Assignment: Which lines below contain "BuildSketch"? Copy every one of them.

Records to process:
----------

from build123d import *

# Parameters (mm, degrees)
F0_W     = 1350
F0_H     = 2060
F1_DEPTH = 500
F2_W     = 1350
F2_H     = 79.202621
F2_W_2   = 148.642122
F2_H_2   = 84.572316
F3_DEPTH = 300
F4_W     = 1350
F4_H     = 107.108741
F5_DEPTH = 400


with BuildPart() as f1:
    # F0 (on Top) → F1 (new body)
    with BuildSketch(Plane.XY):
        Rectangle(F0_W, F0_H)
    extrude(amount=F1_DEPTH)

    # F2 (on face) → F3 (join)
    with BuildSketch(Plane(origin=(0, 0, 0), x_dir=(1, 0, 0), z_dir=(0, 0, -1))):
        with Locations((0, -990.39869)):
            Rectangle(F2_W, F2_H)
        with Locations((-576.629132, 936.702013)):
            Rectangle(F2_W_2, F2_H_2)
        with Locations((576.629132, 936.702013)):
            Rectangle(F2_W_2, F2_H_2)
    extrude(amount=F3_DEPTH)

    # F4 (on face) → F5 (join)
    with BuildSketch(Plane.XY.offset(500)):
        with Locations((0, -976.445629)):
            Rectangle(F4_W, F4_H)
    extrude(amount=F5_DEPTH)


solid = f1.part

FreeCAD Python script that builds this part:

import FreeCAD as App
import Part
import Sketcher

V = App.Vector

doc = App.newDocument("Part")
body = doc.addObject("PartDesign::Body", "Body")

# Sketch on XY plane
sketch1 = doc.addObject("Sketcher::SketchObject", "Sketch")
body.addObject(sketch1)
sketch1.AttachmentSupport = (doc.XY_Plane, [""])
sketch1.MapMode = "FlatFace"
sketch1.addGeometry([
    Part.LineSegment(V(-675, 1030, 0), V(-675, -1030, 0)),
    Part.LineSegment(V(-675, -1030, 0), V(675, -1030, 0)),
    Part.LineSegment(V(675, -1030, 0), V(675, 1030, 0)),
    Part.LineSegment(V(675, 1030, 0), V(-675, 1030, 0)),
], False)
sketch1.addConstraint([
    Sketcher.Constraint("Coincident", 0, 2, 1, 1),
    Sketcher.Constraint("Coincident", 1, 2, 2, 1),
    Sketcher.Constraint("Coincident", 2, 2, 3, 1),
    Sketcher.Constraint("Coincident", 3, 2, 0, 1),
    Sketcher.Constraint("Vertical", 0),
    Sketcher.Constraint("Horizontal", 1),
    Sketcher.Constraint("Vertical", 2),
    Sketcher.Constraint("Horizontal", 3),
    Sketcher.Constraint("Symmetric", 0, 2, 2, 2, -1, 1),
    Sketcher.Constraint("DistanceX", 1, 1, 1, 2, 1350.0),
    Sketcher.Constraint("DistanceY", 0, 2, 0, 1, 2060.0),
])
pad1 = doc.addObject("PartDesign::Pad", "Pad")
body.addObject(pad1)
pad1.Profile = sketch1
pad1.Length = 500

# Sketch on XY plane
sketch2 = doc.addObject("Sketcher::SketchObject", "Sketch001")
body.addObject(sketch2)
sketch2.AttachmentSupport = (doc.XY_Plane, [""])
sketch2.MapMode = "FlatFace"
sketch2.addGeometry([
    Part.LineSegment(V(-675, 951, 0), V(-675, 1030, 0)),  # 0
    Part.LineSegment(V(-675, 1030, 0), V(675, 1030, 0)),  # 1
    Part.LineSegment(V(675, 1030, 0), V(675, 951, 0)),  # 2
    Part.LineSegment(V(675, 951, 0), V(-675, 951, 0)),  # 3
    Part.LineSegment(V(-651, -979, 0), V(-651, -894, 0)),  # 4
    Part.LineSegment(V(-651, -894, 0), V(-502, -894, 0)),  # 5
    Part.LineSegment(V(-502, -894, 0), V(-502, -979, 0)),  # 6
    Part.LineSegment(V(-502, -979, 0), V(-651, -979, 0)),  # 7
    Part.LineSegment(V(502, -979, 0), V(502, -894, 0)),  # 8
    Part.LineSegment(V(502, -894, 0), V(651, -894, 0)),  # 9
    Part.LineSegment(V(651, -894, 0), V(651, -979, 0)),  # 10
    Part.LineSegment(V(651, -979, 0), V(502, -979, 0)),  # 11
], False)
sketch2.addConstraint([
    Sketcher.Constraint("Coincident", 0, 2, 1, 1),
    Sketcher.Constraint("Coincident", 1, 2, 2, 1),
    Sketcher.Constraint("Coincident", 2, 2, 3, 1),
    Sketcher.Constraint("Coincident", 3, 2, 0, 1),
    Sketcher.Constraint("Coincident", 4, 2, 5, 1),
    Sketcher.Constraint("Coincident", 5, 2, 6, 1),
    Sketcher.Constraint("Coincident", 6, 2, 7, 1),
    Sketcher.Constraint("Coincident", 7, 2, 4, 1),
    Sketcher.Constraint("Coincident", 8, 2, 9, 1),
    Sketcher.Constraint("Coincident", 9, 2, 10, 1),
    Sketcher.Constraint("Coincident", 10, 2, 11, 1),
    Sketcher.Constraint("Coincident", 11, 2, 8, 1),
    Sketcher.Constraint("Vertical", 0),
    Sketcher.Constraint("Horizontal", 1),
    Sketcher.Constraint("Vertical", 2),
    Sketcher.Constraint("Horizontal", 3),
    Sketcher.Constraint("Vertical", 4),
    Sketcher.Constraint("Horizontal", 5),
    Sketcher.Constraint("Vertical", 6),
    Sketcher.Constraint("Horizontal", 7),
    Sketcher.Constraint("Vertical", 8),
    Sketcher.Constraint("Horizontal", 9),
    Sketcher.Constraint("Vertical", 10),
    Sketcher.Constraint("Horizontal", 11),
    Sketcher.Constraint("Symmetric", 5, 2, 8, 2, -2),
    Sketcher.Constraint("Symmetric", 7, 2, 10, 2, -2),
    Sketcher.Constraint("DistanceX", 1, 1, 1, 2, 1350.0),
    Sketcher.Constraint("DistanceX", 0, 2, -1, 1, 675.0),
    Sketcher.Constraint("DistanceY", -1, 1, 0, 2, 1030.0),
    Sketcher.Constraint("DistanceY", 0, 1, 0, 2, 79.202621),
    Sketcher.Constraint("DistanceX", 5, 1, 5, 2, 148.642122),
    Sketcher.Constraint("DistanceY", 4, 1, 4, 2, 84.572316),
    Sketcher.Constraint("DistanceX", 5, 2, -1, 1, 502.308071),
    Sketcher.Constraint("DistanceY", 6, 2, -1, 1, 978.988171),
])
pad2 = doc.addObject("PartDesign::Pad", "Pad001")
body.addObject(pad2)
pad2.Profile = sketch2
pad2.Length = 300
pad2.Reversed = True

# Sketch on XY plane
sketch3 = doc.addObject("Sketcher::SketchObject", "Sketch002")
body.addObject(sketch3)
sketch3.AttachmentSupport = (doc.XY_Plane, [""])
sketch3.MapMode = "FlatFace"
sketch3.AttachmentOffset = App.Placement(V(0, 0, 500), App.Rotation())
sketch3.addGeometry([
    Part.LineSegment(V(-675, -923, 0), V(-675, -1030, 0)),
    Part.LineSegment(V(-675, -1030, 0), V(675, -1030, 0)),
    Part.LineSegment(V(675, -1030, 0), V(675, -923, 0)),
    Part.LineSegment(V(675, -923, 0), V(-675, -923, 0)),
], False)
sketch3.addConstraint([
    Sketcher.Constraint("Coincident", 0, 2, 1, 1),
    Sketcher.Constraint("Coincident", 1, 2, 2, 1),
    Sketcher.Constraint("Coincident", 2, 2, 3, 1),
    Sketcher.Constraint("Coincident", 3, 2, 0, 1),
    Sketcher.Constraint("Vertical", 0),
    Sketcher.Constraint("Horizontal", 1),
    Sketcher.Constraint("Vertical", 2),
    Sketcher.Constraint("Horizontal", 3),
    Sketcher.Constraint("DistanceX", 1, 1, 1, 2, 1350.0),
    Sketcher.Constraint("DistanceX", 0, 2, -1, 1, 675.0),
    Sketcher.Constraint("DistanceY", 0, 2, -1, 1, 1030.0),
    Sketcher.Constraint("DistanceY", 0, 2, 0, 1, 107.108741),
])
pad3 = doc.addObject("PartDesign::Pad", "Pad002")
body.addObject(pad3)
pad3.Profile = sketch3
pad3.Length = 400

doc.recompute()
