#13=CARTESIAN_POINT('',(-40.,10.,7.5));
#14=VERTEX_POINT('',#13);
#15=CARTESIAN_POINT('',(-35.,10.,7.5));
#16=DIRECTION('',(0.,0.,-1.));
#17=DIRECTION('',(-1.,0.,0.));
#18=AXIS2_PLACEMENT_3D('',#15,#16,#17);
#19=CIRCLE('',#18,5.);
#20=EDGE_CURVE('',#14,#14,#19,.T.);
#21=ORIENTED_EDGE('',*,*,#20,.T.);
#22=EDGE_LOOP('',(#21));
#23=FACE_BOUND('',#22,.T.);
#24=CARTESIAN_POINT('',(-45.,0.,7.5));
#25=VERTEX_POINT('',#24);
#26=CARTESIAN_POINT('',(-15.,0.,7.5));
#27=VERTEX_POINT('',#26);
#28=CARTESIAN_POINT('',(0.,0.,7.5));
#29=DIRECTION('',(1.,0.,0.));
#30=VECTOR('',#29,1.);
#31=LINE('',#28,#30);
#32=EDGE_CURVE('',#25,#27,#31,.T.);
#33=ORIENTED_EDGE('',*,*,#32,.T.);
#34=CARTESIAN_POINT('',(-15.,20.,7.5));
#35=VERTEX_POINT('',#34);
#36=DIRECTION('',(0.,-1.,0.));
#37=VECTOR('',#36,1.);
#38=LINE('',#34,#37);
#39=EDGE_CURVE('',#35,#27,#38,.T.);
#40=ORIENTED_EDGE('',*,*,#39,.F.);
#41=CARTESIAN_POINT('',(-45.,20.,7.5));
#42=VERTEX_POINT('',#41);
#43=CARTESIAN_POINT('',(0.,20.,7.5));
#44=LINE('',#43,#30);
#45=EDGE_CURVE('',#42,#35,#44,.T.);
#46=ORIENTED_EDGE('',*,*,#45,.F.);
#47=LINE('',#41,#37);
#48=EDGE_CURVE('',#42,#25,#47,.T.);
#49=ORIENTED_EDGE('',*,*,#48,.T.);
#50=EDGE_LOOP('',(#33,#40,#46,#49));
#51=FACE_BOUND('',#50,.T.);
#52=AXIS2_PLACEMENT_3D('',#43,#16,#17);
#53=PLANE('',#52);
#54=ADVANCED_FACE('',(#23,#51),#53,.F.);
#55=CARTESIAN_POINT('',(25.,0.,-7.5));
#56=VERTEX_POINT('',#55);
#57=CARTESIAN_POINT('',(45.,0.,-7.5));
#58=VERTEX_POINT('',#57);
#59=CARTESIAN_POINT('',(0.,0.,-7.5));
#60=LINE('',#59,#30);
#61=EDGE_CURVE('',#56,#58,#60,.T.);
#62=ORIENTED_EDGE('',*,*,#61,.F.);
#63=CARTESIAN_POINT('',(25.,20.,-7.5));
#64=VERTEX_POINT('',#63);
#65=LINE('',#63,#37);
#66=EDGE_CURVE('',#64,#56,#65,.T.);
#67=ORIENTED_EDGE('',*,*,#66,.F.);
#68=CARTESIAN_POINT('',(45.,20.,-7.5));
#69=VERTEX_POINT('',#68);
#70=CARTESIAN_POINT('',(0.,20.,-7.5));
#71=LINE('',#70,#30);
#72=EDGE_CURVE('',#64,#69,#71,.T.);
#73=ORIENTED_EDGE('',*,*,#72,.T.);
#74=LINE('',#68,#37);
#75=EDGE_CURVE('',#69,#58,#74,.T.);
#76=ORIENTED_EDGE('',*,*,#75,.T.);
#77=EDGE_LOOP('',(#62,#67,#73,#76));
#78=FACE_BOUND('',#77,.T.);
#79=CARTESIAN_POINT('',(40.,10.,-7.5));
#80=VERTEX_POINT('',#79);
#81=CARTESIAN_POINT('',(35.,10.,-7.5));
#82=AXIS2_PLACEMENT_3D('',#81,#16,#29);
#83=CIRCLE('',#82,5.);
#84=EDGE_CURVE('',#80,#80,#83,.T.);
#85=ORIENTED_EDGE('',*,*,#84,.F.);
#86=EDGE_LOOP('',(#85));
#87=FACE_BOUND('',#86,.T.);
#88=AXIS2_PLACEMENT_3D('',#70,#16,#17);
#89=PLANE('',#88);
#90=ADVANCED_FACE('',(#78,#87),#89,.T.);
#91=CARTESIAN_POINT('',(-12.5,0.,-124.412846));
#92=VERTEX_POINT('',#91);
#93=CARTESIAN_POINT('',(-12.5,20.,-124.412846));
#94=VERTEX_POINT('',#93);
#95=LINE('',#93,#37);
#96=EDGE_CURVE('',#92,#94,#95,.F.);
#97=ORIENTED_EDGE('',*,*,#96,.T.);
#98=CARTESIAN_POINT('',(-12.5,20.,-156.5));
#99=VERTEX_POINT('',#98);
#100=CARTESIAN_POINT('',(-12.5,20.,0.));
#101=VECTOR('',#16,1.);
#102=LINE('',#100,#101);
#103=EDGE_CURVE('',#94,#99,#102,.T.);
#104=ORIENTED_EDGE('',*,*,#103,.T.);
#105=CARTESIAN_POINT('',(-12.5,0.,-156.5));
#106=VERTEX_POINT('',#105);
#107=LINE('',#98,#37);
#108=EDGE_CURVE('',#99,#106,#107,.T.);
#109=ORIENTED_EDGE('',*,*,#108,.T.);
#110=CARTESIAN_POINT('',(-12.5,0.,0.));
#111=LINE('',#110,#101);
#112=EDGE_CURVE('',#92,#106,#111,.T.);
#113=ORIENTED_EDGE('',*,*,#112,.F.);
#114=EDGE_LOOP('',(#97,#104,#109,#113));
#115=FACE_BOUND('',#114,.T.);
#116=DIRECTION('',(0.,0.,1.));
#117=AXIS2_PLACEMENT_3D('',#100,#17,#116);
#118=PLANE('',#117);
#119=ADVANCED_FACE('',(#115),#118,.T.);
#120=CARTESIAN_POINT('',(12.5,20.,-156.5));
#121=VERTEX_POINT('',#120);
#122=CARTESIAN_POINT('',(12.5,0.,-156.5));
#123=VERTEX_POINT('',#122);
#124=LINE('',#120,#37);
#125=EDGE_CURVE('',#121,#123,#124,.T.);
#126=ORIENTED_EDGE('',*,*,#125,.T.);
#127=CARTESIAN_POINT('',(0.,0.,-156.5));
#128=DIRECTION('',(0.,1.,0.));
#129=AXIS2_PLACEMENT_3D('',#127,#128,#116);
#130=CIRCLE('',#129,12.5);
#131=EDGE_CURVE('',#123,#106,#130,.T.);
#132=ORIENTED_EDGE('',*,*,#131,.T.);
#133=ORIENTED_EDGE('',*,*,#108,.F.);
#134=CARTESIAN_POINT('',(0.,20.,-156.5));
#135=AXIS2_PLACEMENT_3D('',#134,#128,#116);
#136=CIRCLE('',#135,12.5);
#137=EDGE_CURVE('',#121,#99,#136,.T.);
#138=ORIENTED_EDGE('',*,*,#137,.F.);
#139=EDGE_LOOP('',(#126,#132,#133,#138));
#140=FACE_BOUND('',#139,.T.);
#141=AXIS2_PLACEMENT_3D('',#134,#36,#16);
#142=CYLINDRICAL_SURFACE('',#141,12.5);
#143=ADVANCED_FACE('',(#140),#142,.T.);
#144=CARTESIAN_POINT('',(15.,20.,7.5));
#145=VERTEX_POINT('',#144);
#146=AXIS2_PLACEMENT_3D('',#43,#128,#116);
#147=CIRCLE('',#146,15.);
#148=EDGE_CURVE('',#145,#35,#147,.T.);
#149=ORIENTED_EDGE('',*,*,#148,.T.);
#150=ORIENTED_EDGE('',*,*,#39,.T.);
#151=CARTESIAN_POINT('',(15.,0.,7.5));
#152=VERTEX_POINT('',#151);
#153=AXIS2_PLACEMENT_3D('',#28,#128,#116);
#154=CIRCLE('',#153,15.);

----------

Task output:
    with BuildSketch(Plane.XY):
    with BuildSketch(Plane(origin=(0, 0, 0), x_dir=(1, 0, 0), z_dir=(0, 0, -1))):
    with BuildSketch(Plane.XY.offset(500)):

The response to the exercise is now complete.